Most people aren't completely objective about everything and thus have some non-objective emotional attachment to things they like. A subset of those people perceive criticism as a personal attack, are compelled to defend their position, or are otherwise unable to accept/internalize that criticism so they respond with anger or rage.

simianwords · 2026-04-02T20:02:06 1775160126

This paper itself is flawed, misleading and unethical to publish because the prompts they used resulted in zero reasoning tokens. Its like asking a person point blank without thinking to evaluate whether the string is balanced. Why do this? And the worst part was, most people in this thread bought the headline as it is from a flawed article. What does it tell about you that you just bought it without any skepticism?

nonameiguess · 2026-04-02T18:59:25 1775156365

It's bizarre as hell. Another response compares it to sports fandom, which tracks. It reminds me of the "flare up" ethos of r/CFB, meaning they believe you're not allowed to comment on anything if you don't declare which NCAA Americal football team you're a fan of, because if you do, then anything you ever say can be dismissed with "ah rich coming a fan of team X" like no discussion can ever be had that might be construed as criticism if your own tribe is not perfect and beyond critique itself.

This is stupid enough even in the realm of sports fandom, but how does it make any sense in science? Imagine if any time we studied or enumerated the cognitive biases and logical fallacies in human thinking the gut response of these same people was an immediate "yeah, well dogs are even stupider!" No shit, but it's non-sequitur. Are we forever banned from studying the capabilities and limitations of software systems because humans also have limitations?

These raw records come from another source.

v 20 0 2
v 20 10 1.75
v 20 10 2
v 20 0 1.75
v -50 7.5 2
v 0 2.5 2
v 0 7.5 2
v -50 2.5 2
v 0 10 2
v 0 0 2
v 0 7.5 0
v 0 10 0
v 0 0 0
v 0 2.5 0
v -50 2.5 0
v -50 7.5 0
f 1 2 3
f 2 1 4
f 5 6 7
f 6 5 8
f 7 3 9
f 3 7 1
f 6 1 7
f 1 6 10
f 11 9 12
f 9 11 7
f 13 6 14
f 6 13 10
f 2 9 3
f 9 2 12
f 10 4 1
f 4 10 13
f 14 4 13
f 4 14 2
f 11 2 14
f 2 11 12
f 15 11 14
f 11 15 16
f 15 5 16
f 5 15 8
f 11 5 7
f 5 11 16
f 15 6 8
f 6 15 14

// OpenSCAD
//!OpenSCAD

part = "spatular";//[Mixing bowl,Spatular]
/*[Mixing bowl]*/
length2 = 20;
width = 20;
height = 5;
/*[spatular]*/
spatular_length = 20;
spatular_width = 10;
grabber_length = 50;
spatular_height = 2;
//defines the angle of the top part of the spatular
angle = 355;
if (part == "Mixing bowl") {
  difference() {
    translate([0, 0, -0.5]){
      cube([(length2 + 1), (width + 1), (height + 1)], center=true);
    }

    cube([length2, width, height], center=true);
  }
} else {
  union(){
    difference() {
      cube([spatular_length, spatular_width, spatular_height], center=false);

      rotate([0, angle, 0]){
        translate([0, 0, (spatular_height * -1)]){
          cube([(spatular_length + 20), spatular_width, spatular_height], center=false);
        }
      }
    }
    translate([(grabber_length * -1), (spatular_width / 4), 0]){
      cube([grabber_length, 5, spatular_height], center=false);
    }
  }
}
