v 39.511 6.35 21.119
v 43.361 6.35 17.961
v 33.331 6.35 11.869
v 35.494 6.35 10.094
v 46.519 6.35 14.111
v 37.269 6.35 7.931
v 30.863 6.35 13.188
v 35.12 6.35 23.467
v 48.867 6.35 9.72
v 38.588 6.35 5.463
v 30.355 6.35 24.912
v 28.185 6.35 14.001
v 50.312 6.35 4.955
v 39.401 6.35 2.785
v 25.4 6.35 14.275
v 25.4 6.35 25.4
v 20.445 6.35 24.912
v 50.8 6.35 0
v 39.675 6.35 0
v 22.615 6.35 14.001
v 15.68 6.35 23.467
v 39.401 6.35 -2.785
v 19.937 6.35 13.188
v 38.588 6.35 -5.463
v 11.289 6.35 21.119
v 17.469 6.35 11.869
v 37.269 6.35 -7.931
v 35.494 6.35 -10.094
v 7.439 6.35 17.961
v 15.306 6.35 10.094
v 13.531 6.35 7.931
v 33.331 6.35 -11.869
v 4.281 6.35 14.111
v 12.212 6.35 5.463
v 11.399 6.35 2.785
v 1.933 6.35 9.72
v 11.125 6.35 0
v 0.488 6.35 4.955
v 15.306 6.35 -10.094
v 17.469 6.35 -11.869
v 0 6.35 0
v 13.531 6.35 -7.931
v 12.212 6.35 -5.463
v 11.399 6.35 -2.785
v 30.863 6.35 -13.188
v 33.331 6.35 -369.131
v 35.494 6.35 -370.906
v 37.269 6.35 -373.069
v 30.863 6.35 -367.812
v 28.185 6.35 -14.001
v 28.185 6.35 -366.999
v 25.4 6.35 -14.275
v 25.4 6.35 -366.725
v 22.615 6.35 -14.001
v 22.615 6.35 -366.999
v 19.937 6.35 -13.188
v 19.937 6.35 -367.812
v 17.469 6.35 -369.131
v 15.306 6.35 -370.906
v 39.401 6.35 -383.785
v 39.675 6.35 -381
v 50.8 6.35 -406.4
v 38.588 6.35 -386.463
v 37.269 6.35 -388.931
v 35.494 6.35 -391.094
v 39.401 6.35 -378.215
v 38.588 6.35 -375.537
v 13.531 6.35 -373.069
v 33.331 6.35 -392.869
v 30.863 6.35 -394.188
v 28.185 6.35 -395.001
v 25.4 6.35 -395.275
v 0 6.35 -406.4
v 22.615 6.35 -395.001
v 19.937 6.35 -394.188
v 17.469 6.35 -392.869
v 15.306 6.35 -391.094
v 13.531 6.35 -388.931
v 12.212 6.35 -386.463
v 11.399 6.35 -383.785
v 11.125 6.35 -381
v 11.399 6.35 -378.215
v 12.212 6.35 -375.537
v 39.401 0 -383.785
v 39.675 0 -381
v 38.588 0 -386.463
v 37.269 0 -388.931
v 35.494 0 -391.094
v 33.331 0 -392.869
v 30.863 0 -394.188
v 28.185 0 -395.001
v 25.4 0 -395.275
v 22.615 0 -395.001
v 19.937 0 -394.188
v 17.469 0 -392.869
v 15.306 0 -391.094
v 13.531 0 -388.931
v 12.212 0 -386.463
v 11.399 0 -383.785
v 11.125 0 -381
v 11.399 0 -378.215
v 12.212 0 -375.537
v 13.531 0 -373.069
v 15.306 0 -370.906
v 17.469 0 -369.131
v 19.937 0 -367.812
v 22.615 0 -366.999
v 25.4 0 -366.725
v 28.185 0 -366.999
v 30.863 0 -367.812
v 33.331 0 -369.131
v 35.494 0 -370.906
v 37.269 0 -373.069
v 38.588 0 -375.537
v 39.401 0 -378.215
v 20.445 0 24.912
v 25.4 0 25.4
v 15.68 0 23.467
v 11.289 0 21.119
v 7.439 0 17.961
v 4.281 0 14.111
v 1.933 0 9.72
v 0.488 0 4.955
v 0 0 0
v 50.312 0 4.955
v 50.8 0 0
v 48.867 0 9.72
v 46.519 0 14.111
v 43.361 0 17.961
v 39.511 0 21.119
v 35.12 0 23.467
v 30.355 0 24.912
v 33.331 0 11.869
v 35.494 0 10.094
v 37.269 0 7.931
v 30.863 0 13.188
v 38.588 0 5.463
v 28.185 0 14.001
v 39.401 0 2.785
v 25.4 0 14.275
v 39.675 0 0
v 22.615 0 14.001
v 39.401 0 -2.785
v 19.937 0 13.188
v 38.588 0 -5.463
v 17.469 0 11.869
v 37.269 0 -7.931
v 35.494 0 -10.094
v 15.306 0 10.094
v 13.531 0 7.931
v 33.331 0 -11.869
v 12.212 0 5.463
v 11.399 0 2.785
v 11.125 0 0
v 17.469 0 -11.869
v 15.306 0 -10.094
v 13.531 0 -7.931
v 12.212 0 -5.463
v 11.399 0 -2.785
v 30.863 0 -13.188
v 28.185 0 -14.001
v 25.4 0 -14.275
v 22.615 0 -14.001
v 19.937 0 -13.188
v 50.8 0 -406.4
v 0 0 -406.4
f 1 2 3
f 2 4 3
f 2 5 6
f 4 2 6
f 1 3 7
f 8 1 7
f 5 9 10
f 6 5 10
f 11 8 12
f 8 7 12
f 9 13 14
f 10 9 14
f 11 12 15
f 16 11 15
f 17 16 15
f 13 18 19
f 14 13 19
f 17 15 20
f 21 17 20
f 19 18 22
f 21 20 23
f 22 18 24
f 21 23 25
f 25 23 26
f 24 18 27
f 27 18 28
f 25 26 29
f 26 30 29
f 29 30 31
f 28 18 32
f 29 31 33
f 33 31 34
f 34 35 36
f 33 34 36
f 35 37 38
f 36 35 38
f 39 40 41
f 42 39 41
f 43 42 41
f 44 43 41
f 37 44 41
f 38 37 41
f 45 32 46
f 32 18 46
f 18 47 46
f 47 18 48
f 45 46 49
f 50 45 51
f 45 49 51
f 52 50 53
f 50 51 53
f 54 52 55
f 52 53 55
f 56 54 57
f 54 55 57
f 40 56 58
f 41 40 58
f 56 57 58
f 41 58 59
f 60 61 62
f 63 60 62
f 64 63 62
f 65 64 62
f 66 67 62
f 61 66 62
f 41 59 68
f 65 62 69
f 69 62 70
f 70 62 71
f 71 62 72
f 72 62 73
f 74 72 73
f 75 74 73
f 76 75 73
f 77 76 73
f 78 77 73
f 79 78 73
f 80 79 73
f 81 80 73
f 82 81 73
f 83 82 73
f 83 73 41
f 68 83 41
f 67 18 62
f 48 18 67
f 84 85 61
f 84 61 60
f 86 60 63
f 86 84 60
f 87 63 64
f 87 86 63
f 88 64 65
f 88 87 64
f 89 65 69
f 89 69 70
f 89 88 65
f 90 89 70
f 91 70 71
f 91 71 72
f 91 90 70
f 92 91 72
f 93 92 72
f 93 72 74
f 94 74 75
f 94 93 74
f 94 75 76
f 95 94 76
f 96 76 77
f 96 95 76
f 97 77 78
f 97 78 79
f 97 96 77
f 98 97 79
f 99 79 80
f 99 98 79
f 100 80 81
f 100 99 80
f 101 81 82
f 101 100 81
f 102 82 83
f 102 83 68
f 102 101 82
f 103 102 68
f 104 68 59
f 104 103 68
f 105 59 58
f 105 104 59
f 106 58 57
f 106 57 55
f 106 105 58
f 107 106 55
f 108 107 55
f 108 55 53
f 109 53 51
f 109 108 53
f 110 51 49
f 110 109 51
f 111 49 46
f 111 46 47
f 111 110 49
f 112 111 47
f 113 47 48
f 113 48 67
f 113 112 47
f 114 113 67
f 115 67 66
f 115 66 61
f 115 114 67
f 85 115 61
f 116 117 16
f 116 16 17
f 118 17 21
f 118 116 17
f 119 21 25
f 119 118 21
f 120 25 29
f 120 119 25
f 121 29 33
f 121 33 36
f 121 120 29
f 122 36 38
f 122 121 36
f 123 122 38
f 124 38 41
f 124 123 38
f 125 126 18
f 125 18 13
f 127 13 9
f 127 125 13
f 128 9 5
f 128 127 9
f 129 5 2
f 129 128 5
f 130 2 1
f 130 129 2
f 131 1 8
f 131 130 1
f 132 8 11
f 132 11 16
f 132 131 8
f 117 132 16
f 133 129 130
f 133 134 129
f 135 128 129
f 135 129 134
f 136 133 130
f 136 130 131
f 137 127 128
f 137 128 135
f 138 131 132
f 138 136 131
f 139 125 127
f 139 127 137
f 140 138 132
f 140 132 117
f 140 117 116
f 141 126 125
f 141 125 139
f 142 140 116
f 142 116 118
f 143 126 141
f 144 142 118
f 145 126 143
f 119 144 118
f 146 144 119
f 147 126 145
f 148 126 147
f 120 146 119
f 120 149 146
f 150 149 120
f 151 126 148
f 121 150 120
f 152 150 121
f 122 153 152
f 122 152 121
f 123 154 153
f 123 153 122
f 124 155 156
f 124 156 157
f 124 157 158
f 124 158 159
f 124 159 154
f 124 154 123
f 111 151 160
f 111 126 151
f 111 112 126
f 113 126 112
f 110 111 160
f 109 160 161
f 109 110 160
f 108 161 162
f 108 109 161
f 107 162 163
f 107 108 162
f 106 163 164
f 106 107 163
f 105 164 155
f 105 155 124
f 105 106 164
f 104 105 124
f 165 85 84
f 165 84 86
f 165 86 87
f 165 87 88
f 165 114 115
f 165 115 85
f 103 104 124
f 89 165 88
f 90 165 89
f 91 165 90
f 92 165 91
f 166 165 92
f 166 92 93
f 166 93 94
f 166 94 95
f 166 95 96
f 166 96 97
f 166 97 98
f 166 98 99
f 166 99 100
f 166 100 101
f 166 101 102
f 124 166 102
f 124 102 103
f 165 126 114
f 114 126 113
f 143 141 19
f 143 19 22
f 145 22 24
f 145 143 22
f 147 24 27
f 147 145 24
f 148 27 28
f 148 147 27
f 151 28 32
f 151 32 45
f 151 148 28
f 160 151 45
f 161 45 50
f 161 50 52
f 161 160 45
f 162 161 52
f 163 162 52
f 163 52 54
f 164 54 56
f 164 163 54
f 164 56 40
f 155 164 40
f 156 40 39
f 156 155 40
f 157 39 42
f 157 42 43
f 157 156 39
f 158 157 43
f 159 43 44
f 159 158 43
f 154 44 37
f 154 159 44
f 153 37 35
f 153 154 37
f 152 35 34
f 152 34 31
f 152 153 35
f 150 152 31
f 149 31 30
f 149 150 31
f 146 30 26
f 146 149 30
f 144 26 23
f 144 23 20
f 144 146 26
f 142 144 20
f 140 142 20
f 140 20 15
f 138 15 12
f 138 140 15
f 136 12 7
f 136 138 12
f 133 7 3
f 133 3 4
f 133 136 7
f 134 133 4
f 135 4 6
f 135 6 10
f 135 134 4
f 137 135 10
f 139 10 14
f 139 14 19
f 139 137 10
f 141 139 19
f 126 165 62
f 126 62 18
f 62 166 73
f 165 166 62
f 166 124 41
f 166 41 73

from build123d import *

# Parameters (mm, degrees)
SKETCH1_R           = 14.2748
BOSS_EXTRUDE1_DEPTH = 6.35


with BuildPart() as part:
    # Sketch1 → Boss-Extrude1 (new body)
    with BuildSketch(Plane(origin=(0, 0, 0), x_dir=(1, 0, 0), z_dir=(0, 1, 0))):
        with BuildLine():
            Line((0, 0), (0, 406.4))
            Line((0, 406.4), (50.8, 406.4))
            Line((50.8, 406.4), (50.8, 0))
            ThreePointArc((50.8, 0), (43.360512242, -17.960512242), (25.4, -25.4))
            ThreePointArc((25.4, -25.4), (7.439487758, -17.960512242), (0, 0))
        make_face()
        with Locations((25.4, 0)):
            Circle(SKETCH1_R, mode=Mode.SUBTRACT)
        with Locations((25.4, 381)):
            Circle(SKETCH1_R, mode=Mode.SUBTRACT)
    extrude(amount=BOSS_EXTRUDE1_DEPTH)


solid = part.part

ziml77 · 2026-04-02T18:39:14 1775155154

I suspect they're afraid that if the hype dies, so will the pace of progress on LLMs as well as their cheap/free usage of them.

emp17344 · 2026-03-31T21:44:46 1774993486

That is, in fact, how it comes across. You’re labeling perceived opponents as “emotional” and “dismissive”.

emp17344 · 2026-03-29T04:46:12 1774759572

If it’s a bubble, it has to pop sooner or later. It’s better if it pops now before growing even larger.

emp17344 · 2026-03-29T04:45:07 1774759507

Why do you believe progress is currently exponential? There’s one dubious chart showing “exponential growth” in a single narrow domain, and otherwise zero evidence to suggest exponential improvement.

emp17344 · 2026-03-29T03:49:08 1774756148

For this use case, how do LLMs provide more value than a standard search engine? They may actually be destroying value here, as LLM-generated text pollutes search results.

layer8 · 2026-03-29T13:54:49 1774792489

They let you find things faster, and they combine and synthesize information from different sources. I’m more on the AI skeptic side and always prided myself on my Google foo, but nowadays chatbots can really save a lot of time with that.

Publishing LLM-generated text is a separate use case, I’m not a friend of that.